Exercise requirements: Given the records below, would you repeat exactly the lines that begin at the one containing "#357=EDGE_LOOP('',(#356));" and end at the one containing "(-117.5, -67.83865663), align=None)", inclusive?

Dataset:
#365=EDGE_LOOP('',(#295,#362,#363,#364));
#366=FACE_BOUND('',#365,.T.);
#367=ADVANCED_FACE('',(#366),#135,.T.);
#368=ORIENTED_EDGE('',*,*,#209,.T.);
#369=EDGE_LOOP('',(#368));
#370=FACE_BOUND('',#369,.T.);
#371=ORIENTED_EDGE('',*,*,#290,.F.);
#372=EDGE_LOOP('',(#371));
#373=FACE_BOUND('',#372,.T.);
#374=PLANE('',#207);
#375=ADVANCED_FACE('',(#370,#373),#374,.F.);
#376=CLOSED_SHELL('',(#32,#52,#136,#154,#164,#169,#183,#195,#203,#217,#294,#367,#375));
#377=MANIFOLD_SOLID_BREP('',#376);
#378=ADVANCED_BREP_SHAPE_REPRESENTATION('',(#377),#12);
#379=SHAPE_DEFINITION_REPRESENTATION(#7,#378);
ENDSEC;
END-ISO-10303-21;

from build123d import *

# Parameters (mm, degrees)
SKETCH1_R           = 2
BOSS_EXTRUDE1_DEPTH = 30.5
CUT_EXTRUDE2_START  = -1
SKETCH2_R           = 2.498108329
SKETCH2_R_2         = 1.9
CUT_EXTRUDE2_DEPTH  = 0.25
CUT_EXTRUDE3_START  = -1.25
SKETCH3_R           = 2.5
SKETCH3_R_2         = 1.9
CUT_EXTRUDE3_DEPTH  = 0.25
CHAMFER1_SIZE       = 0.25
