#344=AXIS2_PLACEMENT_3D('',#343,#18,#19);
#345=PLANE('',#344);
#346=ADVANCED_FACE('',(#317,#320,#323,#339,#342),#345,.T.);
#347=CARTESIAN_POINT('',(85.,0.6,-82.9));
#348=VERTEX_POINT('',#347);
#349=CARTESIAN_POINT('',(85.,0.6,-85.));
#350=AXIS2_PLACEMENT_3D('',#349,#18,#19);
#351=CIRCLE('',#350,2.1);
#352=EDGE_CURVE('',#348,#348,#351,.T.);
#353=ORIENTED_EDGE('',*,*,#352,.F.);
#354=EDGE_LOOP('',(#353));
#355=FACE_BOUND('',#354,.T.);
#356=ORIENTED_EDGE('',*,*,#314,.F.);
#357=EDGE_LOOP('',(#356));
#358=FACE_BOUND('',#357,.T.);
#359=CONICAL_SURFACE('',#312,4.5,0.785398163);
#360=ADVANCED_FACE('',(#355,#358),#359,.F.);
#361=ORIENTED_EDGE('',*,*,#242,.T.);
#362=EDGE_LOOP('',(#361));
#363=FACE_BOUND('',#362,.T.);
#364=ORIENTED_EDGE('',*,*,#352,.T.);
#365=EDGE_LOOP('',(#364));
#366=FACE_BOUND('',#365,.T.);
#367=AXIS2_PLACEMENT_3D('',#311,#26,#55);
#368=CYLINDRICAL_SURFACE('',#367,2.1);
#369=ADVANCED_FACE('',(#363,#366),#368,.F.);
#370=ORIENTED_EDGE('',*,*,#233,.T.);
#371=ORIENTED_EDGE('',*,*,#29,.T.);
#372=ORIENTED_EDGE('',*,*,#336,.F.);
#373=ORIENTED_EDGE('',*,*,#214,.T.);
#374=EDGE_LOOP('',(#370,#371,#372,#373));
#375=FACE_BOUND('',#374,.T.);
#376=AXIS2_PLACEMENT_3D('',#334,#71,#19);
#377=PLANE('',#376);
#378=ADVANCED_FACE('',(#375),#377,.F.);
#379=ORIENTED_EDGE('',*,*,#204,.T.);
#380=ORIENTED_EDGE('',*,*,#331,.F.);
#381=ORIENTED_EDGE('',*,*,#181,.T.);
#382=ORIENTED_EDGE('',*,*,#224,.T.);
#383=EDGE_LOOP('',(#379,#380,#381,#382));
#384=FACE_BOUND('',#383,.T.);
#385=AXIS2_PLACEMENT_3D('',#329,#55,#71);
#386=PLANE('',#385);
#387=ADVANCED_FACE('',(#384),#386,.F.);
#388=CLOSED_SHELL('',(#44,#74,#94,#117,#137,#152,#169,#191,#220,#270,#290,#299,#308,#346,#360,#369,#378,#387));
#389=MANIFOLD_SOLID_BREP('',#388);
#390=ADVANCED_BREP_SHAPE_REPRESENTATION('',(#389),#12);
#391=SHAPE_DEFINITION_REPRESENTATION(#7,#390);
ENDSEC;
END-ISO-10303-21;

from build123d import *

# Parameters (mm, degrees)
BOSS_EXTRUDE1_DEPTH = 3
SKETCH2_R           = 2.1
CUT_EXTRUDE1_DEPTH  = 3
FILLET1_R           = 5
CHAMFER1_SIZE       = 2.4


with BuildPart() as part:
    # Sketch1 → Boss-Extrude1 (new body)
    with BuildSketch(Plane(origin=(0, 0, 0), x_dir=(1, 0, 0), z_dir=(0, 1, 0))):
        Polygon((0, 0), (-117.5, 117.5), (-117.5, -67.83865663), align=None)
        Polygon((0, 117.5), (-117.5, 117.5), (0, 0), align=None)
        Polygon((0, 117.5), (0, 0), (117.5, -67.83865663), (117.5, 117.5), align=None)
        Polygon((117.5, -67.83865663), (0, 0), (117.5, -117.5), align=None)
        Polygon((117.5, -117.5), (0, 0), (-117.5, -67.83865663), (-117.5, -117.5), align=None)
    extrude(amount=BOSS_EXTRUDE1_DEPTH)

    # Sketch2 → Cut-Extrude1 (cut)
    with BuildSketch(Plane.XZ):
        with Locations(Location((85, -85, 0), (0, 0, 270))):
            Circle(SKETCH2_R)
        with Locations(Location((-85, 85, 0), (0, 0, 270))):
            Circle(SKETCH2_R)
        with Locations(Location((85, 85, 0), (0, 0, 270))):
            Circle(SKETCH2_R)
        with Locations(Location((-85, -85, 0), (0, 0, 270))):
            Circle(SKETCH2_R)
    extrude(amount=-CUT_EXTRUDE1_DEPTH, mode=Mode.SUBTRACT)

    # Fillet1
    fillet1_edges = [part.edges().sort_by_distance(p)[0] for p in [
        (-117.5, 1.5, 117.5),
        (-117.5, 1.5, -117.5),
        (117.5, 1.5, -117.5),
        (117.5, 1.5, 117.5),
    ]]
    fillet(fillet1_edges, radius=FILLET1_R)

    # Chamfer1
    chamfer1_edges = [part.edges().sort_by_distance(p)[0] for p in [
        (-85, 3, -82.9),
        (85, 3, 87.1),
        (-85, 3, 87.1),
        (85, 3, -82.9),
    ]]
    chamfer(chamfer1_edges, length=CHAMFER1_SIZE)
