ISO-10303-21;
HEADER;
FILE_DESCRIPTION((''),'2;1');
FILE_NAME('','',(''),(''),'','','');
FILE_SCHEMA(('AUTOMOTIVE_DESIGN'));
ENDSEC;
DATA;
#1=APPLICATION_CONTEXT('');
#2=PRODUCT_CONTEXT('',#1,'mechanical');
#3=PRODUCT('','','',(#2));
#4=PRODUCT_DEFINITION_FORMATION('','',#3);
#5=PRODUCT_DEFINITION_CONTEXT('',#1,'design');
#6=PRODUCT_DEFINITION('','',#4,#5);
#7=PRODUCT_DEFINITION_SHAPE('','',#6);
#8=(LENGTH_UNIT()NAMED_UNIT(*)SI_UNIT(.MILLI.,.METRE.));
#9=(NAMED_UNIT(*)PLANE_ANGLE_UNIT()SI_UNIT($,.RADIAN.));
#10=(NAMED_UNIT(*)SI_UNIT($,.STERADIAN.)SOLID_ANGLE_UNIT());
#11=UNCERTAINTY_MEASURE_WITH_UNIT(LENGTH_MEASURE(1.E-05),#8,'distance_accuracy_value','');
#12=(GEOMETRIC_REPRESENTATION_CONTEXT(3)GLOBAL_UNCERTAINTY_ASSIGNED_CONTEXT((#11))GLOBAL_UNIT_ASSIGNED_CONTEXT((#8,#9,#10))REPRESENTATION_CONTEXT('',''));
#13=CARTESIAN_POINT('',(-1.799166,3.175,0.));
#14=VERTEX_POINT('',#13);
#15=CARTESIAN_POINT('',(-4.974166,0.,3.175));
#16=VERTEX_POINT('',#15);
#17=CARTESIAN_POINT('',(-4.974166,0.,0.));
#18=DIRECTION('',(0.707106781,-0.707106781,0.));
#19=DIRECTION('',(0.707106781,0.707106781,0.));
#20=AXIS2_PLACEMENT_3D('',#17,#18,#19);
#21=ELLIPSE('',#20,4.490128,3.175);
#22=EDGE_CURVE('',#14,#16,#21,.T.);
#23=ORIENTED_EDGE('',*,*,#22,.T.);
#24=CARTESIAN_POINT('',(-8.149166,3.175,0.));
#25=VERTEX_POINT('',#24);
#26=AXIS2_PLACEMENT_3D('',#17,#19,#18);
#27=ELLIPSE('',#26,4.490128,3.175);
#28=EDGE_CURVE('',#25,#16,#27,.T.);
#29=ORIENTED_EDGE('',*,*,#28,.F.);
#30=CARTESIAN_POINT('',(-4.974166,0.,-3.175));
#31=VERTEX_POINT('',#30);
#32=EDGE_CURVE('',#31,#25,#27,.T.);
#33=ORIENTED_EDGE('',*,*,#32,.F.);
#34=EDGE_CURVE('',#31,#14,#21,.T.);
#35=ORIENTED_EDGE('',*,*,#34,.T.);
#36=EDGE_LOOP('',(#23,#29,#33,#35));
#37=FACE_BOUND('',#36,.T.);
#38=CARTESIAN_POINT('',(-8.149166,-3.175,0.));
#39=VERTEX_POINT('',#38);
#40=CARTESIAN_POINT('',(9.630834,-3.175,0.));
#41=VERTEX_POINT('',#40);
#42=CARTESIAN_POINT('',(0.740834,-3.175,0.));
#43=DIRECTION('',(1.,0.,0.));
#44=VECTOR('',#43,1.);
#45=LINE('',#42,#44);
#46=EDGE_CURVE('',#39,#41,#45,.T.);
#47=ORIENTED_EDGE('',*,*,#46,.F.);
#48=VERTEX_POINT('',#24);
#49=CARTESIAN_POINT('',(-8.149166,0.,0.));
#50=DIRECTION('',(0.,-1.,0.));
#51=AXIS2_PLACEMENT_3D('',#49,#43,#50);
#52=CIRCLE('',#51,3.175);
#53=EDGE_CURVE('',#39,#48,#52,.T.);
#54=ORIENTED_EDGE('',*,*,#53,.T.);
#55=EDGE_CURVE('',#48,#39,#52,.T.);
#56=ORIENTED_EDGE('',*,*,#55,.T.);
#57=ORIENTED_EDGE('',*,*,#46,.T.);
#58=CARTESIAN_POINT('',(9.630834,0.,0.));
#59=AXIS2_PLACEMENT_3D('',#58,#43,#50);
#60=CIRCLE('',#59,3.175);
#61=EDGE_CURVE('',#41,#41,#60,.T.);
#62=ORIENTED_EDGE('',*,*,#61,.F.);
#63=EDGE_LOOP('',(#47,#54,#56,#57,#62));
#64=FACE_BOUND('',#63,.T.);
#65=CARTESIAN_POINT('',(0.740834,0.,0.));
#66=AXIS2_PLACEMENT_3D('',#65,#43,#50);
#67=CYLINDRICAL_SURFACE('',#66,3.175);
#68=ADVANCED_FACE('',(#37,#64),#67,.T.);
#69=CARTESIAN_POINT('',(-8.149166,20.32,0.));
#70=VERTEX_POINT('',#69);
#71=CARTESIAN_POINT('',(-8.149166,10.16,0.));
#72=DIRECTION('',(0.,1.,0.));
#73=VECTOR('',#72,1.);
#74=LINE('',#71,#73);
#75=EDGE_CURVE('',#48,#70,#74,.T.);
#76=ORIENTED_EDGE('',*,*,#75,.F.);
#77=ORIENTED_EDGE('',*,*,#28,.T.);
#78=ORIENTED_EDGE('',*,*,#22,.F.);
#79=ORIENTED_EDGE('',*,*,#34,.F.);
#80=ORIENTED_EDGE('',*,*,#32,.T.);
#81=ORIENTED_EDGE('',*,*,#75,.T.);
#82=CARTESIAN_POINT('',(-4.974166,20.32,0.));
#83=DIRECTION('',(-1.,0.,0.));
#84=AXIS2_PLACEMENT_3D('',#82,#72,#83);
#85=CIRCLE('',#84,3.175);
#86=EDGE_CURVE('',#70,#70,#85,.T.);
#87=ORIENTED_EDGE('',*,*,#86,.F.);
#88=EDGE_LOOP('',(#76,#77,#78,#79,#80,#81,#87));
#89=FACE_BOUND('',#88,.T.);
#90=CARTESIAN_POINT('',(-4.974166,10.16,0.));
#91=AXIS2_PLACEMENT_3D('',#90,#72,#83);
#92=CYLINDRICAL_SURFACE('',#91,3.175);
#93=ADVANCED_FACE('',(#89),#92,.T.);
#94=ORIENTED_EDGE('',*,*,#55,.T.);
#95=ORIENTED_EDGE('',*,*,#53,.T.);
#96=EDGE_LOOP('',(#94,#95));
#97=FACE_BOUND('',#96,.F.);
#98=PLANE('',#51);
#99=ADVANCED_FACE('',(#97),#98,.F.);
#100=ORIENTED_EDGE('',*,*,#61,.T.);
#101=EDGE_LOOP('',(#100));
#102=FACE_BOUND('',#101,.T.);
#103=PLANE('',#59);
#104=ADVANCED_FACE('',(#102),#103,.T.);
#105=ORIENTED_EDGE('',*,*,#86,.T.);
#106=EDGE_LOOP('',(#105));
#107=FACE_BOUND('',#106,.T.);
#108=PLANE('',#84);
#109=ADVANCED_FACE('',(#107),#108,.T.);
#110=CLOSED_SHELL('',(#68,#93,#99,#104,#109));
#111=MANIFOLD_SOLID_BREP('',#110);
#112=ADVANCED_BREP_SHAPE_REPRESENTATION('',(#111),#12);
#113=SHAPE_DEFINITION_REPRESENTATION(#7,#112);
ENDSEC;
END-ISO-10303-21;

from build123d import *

# Parameters (mm, degrees)
F0_W = 17.78
F0_H = 3.175
F1_W = 3.175
F1_H = 20.32


with BuildPart() as f2:
    # F0 (on Top) → F2 (revolve)
    with BuildSketch(Plane.XY):
        with Locations((0.740834, -1.5875)):
            Rectangle(F0_W, F0_H)
    revolve(axis=Axis((0.740834, 0, 0), (1, 0, 0)))

    # F1 (on Top) → F3 (revolve)
    with BuildSketch(Plane.XY):
        with Locations((-6.561666, 10.16)):
            Rectangle(F1_W, F1_H)
    revolve(axis=Axis((-4.974166, 10.16, 0), (0, 1, 0)))


solid = f2.part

Task result:
#357=EDGE_LOOP('',(#356));
#358=FACE_BOUND('',#357,.T.);
#359=CONICAL_SURFACE('',#312,4.5,0.785398163);
#360=ADVANCED_FACE('',(#355,#358),#359,.F.);
#361=ORIENTED_EDGE('',*,*,#242,.T.);
#362=EDGE_LOOP('',(#361));
#363=FACE_BOUND('',#362,.T.);
#364=ORIENTED_EDGE('',*,*,#352,.T.);
#365=EDGE_LOOP('',(#364));
#366=FACE_BOUND('',#365,.T.);
#367=AXIS2_PLACEMENT_3D('',#311,#26,#55);
#368=CYLINDRICAL_SURFACE('',#367,2.1);
#369=ADVANCED_FACE('',(#363,#366),#368,.F.);
#370=ORIENTED_EDGE('',*,*,#233,.T.);
#371=ORIENTED_EDGE('',*,*,#29,.T.);
#372=ORIENTED_EDGE('',*,*,#336,.F.);
#373=ORIENTED_EDGE('',*,*,#214,.T.);
#374=EDGE_LOOP('',(#370,#371,#372,#373));
#375=FACE_BOUND('',#374,.T.);
#376=AXIS2_PLACEMENT_3D('',#334,#71,#19);
#377=PLANE('',#376);
#378=ADVANCED_FACE('',(#375),#377,.F.);
#379=ORIENTED_EDGE('',*,*,#204,.T.);
#380=ORIENTED_EDGE('',*,*,#331,.F.);
#381=ORIENTED_EDGE('',*,*,#181,.T.);
#382=ORIENTED_EDGE('',*,*,#224,.T.);
#383=EDGE_LOOP('',(#379,#380,#381,#382));
#384=FACE_BOUND('',#383,.T.);
#385=AXIS2_PLACEMENT_3D('',#329,#55,#71);
#386=PLANE('',#385);
#387=ADVANCED_FACE('',(#384),#386,.F.);
#388=CLOSED_SHELL('',(#44,#74,#94,#117,#137,#152,#169,#191,#220,#270,#290,#299,#308,#346,#360,#369,#378,#387));
#389=MANIFOLD_SOLID_BREP('',#388);
#390=ADVANCED_BREP_SHAPE_REPRESENTATION('',(#389),#12);
#391=SHAPE_DEFINITION_REPRESENTATION(#7,#390);
ENDSEC;
END-ISO-10303-21;

from build123d import *

# Parameters (mm, degrees)
BOSS_EXTRUDE1_DEPTH = 3
SKETCH2_R           = 2.1
CUT_EXTRUDE1_DEPTH  = 3
FILLET1_R           = 5
CHAMFER1_SIZE       = 2.4


with BuildPart() as part:
    # Sketch1 → Boss-Extrude1 (new body)
    with BuildSketch(Plane(origin=(0, 0, 0), x_dir=(1, 0, 0), z_dir=(0, 1, 0))):
        Polygon((0, 0), (-117.5, 117.5), (-117.5, -67.83865663), align=None)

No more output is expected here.